Using the entries below, write out the line with "#120=CLOSED_SHELL('',(#47,#67,#87,#101,#110,#119));", the line with "The same part", and every line in between, exactly as each is written.

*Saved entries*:

==========

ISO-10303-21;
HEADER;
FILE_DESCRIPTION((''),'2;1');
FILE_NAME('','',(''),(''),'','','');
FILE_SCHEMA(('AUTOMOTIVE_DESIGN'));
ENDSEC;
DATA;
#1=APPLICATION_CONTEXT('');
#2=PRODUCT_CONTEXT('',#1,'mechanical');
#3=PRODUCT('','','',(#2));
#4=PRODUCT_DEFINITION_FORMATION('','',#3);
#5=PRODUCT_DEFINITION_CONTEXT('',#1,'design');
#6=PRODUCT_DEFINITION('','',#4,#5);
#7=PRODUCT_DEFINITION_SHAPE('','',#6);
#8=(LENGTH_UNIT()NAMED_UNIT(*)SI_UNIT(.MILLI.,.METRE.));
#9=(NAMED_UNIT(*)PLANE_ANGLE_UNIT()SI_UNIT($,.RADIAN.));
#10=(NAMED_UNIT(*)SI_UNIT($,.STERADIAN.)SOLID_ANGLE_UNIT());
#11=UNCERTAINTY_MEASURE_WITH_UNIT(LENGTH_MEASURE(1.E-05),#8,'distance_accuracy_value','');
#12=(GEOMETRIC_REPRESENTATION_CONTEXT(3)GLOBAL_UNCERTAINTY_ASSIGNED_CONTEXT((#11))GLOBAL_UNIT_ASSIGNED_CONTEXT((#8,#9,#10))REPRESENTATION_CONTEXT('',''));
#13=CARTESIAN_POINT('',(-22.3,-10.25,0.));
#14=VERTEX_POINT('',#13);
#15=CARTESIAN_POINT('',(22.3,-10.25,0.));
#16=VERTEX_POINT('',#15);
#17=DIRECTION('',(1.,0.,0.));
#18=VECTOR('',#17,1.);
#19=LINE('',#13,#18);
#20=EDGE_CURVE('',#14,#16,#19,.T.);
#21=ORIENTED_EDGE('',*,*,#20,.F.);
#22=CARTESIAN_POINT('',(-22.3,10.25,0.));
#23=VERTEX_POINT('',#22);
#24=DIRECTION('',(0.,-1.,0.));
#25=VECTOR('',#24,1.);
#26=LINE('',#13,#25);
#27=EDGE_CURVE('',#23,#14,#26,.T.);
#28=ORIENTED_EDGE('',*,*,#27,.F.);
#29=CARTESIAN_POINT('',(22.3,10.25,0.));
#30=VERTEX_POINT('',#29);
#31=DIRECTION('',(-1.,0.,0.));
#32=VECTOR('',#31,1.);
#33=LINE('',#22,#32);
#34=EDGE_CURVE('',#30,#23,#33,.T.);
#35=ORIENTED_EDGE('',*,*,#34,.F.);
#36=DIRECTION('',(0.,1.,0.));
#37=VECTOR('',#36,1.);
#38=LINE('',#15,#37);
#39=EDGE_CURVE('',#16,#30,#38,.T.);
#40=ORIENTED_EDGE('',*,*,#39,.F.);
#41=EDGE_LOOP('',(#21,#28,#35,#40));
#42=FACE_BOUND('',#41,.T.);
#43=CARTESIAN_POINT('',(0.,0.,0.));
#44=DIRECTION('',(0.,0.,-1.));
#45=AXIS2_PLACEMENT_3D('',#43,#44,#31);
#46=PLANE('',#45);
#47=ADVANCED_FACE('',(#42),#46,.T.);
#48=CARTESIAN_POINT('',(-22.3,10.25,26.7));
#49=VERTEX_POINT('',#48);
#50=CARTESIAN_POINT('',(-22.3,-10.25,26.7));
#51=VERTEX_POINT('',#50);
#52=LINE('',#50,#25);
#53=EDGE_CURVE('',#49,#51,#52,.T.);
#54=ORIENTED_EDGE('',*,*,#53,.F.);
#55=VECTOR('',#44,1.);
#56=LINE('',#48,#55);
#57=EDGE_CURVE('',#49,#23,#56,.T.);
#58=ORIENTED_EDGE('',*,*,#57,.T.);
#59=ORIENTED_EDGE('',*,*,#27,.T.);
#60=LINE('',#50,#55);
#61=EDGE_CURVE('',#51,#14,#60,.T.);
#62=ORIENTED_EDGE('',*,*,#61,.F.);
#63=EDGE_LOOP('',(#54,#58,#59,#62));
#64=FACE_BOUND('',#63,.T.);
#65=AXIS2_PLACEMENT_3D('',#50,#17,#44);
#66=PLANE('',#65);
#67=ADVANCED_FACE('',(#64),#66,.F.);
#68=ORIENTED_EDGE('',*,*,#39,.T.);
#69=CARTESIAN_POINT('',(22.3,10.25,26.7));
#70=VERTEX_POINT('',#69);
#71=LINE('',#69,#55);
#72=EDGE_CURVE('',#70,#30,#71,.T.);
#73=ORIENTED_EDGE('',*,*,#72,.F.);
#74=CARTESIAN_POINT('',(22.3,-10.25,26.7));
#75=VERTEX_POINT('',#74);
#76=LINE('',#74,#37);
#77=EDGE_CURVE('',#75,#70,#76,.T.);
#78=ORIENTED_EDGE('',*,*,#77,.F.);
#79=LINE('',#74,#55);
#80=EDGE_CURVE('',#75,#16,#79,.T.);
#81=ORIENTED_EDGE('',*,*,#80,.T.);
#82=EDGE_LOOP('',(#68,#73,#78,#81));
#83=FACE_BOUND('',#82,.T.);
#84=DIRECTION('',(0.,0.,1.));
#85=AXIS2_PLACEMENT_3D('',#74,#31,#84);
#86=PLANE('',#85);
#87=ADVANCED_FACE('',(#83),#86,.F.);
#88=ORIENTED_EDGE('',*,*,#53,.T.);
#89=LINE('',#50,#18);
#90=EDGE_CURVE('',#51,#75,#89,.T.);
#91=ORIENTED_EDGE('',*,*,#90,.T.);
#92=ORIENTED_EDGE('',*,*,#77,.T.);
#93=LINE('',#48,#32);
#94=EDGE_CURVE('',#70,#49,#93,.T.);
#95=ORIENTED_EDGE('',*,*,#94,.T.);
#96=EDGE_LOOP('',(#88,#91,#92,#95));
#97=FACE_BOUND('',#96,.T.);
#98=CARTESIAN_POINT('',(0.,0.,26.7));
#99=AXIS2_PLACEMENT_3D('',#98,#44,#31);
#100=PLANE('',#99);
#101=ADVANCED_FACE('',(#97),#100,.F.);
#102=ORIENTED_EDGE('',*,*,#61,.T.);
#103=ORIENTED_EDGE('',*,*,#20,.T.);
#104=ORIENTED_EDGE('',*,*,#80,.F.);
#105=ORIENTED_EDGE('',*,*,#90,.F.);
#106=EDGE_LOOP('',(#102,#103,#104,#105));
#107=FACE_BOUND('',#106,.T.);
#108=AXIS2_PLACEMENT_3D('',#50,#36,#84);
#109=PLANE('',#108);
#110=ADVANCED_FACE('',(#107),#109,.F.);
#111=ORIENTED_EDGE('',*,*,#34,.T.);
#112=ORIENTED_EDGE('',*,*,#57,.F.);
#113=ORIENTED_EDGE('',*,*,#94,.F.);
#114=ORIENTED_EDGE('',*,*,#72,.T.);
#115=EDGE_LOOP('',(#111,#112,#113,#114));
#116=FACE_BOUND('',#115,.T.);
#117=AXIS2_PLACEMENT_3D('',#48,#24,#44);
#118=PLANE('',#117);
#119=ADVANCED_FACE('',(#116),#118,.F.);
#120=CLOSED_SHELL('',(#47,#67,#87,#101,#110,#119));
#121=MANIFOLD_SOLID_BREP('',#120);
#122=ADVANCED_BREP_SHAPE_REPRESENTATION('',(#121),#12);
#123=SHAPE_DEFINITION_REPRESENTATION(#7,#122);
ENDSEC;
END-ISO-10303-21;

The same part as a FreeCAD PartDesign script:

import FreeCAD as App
import Part
import Sketcher

V = App.Vector
Q = App.Units.Quantity

doc = App.newDocument("Part")
body = doc.addObject("PartDesign::Body", "Body")

# Sketch on XY plane
sketch1 = doc.addObject("Sketcher::SketchObject", "Sketch")
body.addObject(sketch1)
sketch1.AttachmentSupport = (doc.XY_Plane, [""])
sketch1.MapMode = "FlatFace"
sketch1.addGeometry([
    Part.LineSegment(V(-22.3, 10.25, 0), V(-22.3, -10.25, 0)),
    Part.LineSegment(V(-22.3, -10.25, 0), V(22.3, -10.25, 0)),
    Part.LineSegment(V(22.3, -10.25, 0), V(22.3, 10.25, 0)),
    Part.LineSegment(V(22.3, 10.25, 0), V(-22.3, 10.25, 0)),
], False)
sketch1.addConstraint([
    Sketcher.Constraint("Coincident", 0, 2, 1, 1),
    Sketcher.Constraint("Coincident", 1, 2, 2, 1),
    Sketcher.Constraint("Coincident", 2, 2, 3, 1),
    Sketcher.Constraint("Coincident", 3, 2, 0, 1),
    Sketcher.Constraint("Vertical", 0),
    Sketcher.Constraint("Horizontal", 1),
    Sketcher.Constraint("Vertical", 2),
    Sketcher.Constraint("Horizontal", 3),
    Sketcher.Constraint("Symmetric", 0, 2, 2, 2, -1, 1),
    Sketcher.Constraint("DistanceX", 1, 1, 1, 2, Q("44.6 mm")),
    Sketcher.Constraint("DistanceY", 0, 2, 0, 1, Q("20.5 mm")),
])
pad1 = doc.addObject("PartDesign::Pad", "Pad")
body.addObject(pad1)
pad1.Profile = sketch1
pad1.Length = 26.7

doc.recompute()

==========

*WRITTEN ANSWER*:
#120=CLOSED_SHELL('',(#47,#67,#87,#101,#110,#119));
#121=MANIFOLD_SOLID_BREP('',#120);
#122=ADVANCED_BREP_SHAPE_REPRESENTATION('',(#121),#12);
#123=SHAPE_DEFINITION_REPRESENTATION(#7,#122);
ENDSEC;
END-ISO-10303-21;

The same part as a FreeCAD PartDesign script:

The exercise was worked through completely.